Stored data
:::::
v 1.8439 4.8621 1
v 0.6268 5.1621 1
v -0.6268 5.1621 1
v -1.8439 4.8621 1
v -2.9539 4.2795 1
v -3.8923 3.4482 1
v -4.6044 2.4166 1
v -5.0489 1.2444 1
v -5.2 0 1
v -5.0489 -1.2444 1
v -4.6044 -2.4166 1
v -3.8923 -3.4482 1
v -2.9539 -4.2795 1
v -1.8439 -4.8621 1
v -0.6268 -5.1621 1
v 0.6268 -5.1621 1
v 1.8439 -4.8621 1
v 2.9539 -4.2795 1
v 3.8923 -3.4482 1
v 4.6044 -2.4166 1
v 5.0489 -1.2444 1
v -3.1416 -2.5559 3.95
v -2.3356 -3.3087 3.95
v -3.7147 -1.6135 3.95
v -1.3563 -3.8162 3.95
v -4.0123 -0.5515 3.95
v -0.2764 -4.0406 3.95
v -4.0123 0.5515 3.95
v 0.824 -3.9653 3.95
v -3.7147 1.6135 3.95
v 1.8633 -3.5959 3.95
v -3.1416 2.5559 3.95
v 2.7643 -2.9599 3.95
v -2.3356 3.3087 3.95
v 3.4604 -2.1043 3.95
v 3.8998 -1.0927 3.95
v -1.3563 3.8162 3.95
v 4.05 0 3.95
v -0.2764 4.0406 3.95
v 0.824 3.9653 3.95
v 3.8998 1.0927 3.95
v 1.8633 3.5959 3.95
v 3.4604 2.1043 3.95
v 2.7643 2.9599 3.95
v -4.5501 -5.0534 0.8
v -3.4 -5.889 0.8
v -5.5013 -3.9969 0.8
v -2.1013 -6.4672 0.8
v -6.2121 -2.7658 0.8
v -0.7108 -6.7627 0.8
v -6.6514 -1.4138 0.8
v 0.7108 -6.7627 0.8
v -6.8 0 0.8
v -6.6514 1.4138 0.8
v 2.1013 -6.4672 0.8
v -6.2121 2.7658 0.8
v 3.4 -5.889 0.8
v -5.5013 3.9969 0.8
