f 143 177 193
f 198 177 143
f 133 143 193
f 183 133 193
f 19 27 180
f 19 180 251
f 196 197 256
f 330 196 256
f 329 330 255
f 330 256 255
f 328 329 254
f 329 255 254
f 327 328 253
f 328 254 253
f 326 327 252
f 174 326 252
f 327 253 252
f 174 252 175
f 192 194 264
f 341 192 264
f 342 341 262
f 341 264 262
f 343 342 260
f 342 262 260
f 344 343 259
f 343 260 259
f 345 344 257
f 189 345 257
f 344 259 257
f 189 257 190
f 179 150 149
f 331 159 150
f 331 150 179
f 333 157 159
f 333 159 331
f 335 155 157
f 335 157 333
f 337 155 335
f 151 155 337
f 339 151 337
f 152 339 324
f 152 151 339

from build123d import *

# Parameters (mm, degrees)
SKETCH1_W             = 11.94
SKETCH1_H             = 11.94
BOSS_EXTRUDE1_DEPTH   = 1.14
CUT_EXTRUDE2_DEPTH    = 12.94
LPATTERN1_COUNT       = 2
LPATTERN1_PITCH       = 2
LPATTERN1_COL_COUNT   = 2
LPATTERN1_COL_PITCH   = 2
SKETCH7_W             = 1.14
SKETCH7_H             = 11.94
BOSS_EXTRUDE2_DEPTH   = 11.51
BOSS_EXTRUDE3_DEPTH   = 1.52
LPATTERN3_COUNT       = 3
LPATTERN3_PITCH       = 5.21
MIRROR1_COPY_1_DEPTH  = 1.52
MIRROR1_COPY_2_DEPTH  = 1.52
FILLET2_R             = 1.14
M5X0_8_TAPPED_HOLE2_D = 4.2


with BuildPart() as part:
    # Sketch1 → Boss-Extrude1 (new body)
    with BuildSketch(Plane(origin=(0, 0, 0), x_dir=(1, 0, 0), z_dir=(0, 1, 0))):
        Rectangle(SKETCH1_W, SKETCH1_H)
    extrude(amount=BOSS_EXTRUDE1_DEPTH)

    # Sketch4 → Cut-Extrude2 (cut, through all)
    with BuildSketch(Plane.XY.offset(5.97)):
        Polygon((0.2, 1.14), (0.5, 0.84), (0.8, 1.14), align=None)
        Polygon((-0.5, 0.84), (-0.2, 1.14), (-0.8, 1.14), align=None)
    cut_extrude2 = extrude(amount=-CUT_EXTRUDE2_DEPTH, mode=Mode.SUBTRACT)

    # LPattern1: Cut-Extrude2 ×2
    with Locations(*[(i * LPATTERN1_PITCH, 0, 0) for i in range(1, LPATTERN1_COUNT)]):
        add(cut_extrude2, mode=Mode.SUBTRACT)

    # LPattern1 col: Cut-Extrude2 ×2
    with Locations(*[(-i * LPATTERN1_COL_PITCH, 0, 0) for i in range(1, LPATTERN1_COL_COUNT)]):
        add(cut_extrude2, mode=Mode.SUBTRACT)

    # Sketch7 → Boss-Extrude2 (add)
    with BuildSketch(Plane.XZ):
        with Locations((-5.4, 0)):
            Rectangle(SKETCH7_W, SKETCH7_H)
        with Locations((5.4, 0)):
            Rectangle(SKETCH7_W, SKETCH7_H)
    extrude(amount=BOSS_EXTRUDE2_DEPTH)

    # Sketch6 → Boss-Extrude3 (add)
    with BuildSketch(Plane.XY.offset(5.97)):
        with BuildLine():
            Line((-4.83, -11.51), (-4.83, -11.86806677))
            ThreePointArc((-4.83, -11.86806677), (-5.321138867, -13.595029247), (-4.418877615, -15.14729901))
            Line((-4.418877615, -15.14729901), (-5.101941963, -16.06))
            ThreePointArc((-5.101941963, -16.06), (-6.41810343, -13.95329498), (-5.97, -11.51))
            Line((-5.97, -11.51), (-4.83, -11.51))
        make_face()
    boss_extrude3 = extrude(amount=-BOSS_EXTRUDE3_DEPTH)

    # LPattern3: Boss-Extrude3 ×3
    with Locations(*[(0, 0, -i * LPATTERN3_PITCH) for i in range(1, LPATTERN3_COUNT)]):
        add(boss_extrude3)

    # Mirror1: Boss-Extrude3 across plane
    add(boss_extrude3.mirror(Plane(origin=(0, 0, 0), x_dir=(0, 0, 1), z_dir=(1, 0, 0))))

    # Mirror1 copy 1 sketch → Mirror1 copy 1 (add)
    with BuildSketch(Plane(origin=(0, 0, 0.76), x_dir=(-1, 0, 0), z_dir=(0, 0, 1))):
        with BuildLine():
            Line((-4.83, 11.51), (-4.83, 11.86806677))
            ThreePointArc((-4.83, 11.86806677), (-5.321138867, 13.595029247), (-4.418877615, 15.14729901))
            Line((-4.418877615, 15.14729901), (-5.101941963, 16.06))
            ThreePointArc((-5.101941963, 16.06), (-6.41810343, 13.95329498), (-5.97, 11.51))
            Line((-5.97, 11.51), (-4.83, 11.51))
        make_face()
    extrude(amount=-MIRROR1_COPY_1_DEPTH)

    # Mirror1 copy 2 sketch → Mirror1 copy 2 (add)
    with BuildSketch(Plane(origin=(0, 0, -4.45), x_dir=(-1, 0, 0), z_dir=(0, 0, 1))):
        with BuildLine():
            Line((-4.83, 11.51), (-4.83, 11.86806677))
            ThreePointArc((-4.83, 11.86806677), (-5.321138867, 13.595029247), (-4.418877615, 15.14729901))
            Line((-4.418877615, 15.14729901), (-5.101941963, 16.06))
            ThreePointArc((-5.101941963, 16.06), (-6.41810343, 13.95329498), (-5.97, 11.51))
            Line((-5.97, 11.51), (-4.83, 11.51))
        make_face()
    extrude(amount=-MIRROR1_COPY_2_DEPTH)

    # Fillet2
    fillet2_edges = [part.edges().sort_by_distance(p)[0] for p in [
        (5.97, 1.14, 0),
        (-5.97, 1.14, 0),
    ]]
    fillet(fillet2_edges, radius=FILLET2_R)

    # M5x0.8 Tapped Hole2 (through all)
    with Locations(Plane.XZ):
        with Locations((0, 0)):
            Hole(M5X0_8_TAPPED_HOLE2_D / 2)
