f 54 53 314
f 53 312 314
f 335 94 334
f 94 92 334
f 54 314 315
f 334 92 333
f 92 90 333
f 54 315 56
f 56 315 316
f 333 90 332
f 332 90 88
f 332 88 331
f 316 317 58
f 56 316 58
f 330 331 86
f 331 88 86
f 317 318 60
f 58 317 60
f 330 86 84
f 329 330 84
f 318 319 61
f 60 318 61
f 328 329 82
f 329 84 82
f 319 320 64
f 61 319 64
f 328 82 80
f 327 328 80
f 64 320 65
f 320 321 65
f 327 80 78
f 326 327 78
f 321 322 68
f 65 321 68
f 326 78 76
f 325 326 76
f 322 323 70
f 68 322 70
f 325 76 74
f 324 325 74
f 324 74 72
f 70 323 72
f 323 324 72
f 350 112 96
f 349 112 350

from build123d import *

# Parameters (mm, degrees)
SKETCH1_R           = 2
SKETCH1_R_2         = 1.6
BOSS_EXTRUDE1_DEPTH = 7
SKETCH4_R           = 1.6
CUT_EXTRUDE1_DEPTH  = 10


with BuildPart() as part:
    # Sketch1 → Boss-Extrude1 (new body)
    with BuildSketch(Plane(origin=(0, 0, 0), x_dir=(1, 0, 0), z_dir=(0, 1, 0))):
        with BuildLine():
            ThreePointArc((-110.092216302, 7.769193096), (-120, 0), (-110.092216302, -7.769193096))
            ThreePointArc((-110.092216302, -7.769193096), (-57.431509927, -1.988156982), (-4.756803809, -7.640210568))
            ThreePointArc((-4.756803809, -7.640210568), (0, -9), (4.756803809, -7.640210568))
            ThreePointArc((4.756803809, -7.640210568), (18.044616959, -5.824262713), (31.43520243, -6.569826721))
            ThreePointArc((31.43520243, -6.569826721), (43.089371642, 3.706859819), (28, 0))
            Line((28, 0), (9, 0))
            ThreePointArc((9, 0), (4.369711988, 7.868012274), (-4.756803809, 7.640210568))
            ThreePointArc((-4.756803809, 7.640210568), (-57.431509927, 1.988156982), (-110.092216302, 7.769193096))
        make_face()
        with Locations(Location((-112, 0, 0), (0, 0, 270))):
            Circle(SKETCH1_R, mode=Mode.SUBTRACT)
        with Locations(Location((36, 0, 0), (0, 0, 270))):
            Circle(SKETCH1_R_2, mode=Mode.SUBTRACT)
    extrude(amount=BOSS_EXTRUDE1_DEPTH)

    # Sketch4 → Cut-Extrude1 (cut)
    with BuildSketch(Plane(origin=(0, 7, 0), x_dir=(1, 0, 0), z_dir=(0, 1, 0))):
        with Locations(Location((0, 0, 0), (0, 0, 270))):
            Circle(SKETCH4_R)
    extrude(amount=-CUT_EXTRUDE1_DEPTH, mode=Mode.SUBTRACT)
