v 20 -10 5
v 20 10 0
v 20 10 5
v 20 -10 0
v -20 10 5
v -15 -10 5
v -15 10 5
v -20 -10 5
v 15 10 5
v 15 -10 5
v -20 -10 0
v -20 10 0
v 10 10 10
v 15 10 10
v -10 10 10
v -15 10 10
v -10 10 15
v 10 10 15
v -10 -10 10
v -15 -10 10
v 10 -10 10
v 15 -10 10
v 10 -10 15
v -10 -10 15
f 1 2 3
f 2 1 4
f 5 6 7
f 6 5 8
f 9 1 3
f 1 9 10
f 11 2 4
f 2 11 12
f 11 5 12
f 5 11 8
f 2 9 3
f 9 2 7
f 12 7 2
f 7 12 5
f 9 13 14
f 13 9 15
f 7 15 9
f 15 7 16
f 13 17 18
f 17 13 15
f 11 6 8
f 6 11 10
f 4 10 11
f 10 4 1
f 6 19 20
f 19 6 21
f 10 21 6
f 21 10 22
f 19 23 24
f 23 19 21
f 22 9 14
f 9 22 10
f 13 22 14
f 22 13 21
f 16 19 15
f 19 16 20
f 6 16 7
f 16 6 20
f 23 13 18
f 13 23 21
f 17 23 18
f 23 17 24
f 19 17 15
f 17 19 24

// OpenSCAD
// Generated with SolidPython2 for OpenSCAD task-019
$fn = 64;

union() {
	translate(v = [-20.0, -10.0, 0]) {
		cube(size = [40, 20, 5]);
	}
	translate(v = [-15.0, -10.0, 5]) {
		cube(size = [30, 20, 5]);
	}
	translate(v = [-10.0, -10.0, 10]) {
		cube(size = [20, 20, 5]);
	}
}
:::::
What you should do: Using the entries above, output exactly the lines between the line holding "v -2.9539 4.2795 1" and the line holding "v -6.8 0 0.8", end lines included, and nothing more.

Exercise result:
v -2.9539 4.2795 1
v -3.8923 3.4482 1
v -4.6044 2.4166 1
v -5.0489 1.2444 1
v -5.2 0 1
v -5.0489 -1.2444 1
v -4.6044 -2.4166 1
v -3.8923 -3.4482 1
v -2.9539 -4.2795 1
v -1.8439 -4.8621 1
v -0.6268 -5.1621 1
v 0.6268 -5.1621 1
v 1.8439 -4.8621 1
v 2.9539 -4.2795 1
v 3.8923 -3.4482 1
v 4.6044 -2.4166 1
v 5.0489 -1.2444 1
v -3.1416 -2.5559 3.95
v -2.3356 -3.3087 3.95
v -3.7147 -1.6135 3.95
v -1.3563 -3.8162 3.95
v -4.0123 -0.5515 3.95
v -0.2764 -4.0406 3.95
v -4.0123 0.5515 3.95
v 0.824 -3.9653 3.95
v -3.7147 1.6135 3.95
v 1.8633 -3.5959 3.95
v -3.1416 2.5559 3.95
v 2.7643 -2.9599 3.95
v -2.3356 3.3087 3.95
v 3.4604 -2.1043 3.95
v 3.8998 -1.0927 3.95
v -1.3563 3.8162 3.95
v 4.05 0 3.95
v -0.2764 4.0406 3.95
v 0.824 3.9653 3.95
v 3.8998 1.0927 3.95
v 1.8633 3.5959 3.95
v 3.4604 2.1043 3.95
v 2.7643 2.9599 3.95
v -4.5501 -5.0534 0.8
v -3.4 -5.889 0.8
v -5.5013 -3.9969 0.8
v -2.1013 -6.4672 0.8
v -6.2121 -2.7658 0.8
v -0.7108 -6.7627 0.8
v -6.6514 -1.4138 0.8
v 0.7108 -6.7627 0.8
v -6.8 0 0.8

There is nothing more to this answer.